In the material below, find the line with "f 179 144 178" and the line with "f 185 36 34", then output those two lines and every line between them, exactly.

(Records for processing)

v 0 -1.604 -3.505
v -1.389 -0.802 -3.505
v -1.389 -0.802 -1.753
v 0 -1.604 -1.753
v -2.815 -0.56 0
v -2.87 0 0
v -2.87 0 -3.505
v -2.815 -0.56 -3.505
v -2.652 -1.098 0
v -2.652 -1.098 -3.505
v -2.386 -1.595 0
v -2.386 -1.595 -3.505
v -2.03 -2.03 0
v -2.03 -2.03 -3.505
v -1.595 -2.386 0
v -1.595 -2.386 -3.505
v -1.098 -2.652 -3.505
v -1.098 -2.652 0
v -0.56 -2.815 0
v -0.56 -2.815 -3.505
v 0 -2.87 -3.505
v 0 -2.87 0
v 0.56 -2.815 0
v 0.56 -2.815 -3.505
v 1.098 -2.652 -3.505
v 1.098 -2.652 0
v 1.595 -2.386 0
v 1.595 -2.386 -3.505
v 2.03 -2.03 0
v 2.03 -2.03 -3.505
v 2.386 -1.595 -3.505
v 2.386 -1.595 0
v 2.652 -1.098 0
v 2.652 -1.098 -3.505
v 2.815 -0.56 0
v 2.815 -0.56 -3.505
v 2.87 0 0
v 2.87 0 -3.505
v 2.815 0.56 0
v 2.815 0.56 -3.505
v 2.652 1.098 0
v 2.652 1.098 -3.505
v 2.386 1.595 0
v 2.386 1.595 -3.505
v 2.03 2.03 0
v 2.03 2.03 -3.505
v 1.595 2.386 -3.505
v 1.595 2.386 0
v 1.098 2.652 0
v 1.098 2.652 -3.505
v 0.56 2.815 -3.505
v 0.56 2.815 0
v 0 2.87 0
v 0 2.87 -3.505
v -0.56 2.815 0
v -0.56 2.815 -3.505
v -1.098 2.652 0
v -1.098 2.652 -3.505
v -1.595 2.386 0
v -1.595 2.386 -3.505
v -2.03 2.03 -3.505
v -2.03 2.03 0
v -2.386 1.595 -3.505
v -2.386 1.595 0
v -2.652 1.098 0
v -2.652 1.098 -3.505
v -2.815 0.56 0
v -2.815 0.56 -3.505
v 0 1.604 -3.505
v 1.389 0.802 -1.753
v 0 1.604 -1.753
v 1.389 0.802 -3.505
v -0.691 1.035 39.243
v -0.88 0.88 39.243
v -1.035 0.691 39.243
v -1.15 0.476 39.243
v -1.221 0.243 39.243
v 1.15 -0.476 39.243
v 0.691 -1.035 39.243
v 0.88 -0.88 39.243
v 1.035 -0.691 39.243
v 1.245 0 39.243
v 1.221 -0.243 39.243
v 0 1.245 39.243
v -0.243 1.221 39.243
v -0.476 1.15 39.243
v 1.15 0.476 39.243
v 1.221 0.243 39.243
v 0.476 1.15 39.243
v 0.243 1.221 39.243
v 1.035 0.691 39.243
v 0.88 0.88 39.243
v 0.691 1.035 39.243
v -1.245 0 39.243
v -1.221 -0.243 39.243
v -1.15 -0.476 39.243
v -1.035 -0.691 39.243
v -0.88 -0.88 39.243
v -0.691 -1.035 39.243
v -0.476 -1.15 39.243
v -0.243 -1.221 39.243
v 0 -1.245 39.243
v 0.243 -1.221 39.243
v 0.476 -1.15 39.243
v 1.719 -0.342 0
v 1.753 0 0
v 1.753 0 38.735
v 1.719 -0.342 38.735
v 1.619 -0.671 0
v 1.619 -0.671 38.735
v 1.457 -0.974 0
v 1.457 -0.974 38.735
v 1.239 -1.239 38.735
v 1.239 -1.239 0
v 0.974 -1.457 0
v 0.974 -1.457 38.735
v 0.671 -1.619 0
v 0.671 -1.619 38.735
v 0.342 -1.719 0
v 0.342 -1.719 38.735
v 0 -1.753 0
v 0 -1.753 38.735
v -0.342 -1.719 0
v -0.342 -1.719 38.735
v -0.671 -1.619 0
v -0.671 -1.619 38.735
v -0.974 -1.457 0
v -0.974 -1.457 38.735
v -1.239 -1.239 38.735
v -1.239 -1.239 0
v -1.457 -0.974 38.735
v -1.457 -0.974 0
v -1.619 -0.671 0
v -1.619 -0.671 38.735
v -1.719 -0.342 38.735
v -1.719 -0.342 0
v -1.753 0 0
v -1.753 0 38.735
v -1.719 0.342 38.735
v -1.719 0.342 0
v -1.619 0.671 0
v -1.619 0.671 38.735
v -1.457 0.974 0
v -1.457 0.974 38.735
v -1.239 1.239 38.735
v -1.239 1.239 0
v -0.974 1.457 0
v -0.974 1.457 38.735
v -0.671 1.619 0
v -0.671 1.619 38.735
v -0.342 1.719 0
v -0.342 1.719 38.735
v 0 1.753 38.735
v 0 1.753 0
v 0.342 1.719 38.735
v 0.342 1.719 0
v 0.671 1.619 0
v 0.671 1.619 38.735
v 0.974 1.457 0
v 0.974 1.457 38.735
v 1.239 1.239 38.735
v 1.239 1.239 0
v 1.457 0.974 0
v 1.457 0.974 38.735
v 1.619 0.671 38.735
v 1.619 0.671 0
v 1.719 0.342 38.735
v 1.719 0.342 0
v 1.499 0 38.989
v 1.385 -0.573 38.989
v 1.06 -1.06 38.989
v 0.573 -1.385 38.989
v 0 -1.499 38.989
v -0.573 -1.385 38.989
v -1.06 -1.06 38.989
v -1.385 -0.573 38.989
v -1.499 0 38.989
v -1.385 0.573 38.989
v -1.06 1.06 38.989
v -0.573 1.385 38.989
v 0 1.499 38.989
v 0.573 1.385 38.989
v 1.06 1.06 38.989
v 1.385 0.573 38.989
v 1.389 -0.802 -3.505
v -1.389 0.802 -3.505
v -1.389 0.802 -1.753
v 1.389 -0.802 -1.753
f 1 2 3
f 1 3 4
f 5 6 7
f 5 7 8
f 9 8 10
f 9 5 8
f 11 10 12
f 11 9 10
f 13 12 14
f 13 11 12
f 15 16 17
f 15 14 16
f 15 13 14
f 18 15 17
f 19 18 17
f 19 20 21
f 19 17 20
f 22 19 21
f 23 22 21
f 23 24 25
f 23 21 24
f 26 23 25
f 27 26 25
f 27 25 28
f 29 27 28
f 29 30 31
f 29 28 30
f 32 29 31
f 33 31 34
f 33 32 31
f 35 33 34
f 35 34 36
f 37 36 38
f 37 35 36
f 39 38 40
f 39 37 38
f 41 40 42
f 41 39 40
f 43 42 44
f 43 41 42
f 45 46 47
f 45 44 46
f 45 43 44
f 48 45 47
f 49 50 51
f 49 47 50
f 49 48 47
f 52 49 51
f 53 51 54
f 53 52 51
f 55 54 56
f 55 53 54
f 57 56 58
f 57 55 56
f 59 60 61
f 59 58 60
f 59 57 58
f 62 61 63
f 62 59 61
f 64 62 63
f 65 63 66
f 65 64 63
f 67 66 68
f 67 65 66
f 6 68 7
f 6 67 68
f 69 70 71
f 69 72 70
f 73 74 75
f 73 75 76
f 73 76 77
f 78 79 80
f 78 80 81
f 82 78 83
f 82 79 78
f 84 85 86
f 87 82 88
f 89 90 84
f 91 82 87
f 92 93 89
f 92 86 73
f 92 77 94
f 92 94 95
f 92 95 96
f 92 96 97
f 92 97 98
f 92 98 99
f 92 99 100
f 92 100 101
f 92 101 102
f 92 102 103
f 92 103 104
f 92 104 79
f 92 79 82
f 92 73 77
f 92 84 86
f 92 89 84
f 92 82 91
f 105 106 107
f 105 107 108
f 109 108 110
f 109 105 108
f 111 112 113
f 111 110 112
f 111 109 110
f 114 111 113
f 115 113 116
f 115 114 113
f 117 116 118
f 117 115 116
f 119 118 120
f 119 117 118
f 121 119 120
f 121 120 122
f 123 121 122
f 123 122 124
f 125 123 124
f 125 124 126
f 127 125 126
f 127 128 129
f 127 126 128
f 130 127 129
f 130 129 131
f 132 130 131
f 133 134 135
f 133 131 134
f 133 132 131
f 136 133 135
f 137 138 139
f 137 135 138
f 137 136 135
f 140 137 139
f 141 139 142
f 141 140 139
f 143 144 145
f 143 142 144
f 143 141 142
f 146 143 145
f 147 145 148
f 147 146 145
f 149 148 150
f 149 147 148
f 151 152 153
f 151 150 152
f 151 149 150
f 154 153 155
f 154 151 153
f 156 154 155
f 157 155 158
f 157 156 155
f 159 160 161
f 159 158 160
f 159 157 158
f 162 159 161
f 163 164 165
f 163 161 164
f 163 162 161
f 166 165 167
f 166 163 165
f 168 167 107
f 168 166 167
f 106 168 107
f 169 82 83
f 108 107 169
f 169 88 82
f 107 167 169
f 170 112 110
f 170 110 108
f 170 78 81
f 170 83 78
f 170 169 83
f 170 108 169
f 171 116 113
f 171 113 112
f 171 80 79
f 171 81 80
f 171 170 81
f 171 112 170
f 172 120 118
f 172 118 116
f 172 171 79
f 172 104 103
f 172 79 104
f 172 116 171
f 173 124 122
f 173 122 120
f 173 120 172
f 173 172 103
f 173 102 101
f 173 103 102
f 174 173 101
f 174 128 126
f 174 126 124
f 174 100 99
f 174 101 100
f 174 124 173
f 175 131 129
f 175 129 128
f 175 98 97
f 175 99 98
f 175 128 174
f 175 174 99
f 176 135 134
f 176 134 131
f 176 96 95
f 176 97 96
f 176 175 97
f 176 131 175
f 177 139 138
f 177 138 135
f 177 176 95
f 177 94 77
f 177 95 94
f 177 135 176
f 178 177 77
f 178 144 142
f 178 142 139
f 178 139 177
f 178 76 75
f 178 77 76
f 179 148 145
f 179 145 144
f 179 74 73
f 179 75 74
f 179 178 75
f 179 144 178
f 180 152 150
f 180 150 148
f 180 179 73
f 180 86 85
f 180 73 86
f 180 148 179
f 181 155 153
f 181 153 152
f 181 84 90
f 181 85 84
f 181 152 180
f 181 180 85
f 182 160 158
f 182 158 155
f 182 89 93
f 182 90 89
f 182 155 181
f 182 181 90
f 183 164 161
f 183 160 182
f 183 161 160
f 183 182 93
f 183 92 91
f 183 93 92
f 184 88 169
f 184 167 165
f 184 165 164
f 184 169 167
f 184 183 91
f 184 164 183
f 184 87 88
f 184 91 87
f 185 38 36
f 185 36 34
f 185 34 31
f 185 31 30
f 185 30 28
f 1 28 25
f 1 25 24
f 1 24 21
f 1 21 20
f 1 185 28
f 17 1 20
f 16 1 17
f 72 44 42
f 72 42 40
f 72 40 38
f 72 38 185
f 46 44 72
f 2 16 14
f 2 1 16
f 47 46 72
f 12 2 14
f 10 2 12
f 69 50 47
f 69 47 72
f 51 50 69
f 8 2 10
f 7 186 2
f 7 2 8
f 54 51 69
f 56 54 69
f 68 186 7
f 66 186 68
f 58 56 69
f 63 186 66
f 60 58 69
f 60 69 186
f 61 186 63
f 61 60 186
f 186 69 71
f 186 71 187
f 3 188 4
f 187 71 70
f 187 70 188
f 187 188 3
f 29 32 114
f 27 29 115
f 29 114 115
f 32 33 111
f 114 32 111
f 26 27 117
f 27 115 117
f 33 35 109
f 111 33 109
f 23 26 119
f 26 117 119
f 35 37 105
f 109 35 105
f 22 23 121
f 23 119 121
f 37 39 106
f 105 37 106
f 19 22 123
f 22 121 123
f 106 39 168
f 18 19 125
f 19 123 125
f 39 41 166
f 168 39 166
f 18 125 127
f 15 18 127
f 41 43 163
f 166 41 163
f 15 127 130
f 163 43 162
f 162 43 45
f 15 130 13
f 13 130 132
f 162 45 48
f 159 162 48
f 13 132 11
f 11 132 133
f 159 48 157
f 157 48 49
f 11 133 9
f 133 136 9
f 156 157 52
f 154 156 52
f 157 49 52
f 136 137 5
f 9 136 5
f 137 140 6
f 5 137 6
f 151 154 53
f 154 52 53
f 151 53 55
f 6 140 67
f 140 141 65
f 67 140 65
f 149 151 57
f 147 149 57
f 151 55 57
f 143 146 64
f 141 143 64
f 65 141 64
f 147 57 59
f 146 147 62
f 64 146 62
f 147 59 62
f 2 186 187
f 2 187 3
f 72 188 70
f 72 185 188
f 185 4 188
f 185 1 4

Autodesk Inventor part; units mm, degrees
ref_plane "YZ Plane" through (0, 0, 0) normal (1, 0, 0) x (0, 1, 0)
ref_plane "XZ Plane" through (0, 0, 0) normal (0, 1, 0) x (-1, 0, 0)
ref_plane "XY Plane" through (0, 0, 0) normal (0, 0, 1) x (1, 0, 0)
sketch "Sketch1" plane through (0, 0, 0) normal (0, 0, 1) x (1, 0, 0)
  circle A0 centre (0, 0) radius 1.7526
  dimension "d0" = 3.5052
extrude "Extrusion1" add sketch "Sketch1" along normal blind 39.243
sketch "Sketch2" plane through (0, 0, 0) normal (0, 0, -1) x (-1, 0, 0)
  circle A0 centre (0, 0) radius 1.7526 construction
  circle A1 centre (0, 0) radius 2.8702
  dimension "d3" = 5.7404
extrude "Extrusion2" add sketch "Sketch2" along normal blind 3.5052
sketch "Sketch3" plane through (0, 0, -3.5052) normal (0, 0, -1) x (-1, 0, 0)
  circle A0 centre (0, 0) radius 2.8702 projected
  line L0 (0, 1.604) -> (1.3891, 0.802)
  line L1 (1.3891, 0.802) -> (1.3891, -0.802)
  line L2 (1.3891, -0.802) -> (0, -1.604)
  line L3 (0, -1.604) -> (-1.3891, -0.802)
  line L4 (-1.3891, -0.802) -> (-1.3891, 0.802)
  line L5 (-1.3891, 0.802) -> (0, 1.604)
  dimension "d6" = 2.7781
extrude "Extrusion3" cut sketch "Sketch3" against normal blind 1.7526 contours L0 L1 L2 L3 L4 L5
chamfer "Chamfer1" distance 0.508 angle 45 1 edges at (-1.7526, 0, 39.243)
thread "Thread2" size "6-32 UNC" class "2A" standard "ANSI Unified Screw Threads" length 25.4
properties part number "6-32 SHCS x1750 - .205" material "Stainless Steel"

(End Records for processing)

• [Output of the exercise]:
f 179 144 178
f 180 152 150
f 180 150 148
f 180 179 73
f 180 86 85
f 180 73 86
f 180 148 179
f 181 155 153
f 181 153 152
f 181 84 90
f 181 85 84
f 181 152 180
f 181 180 85
f 182 160 158
f 182 158 155
f 182 89 93
f 182 90 89
f 182 155 181
f 182 181 90
f 183 164 161
f 183 160 182
f 183 161 160
f 183 182 93
f 183 92 91
f 183 93 92
f 184 88 169
f 184 167 165
f 184 165 164
f 184 169 167
f 184 183 91
f 184 164 183
f 184 87 88
f 184 91 87
f 185 38 36
f 185 36 34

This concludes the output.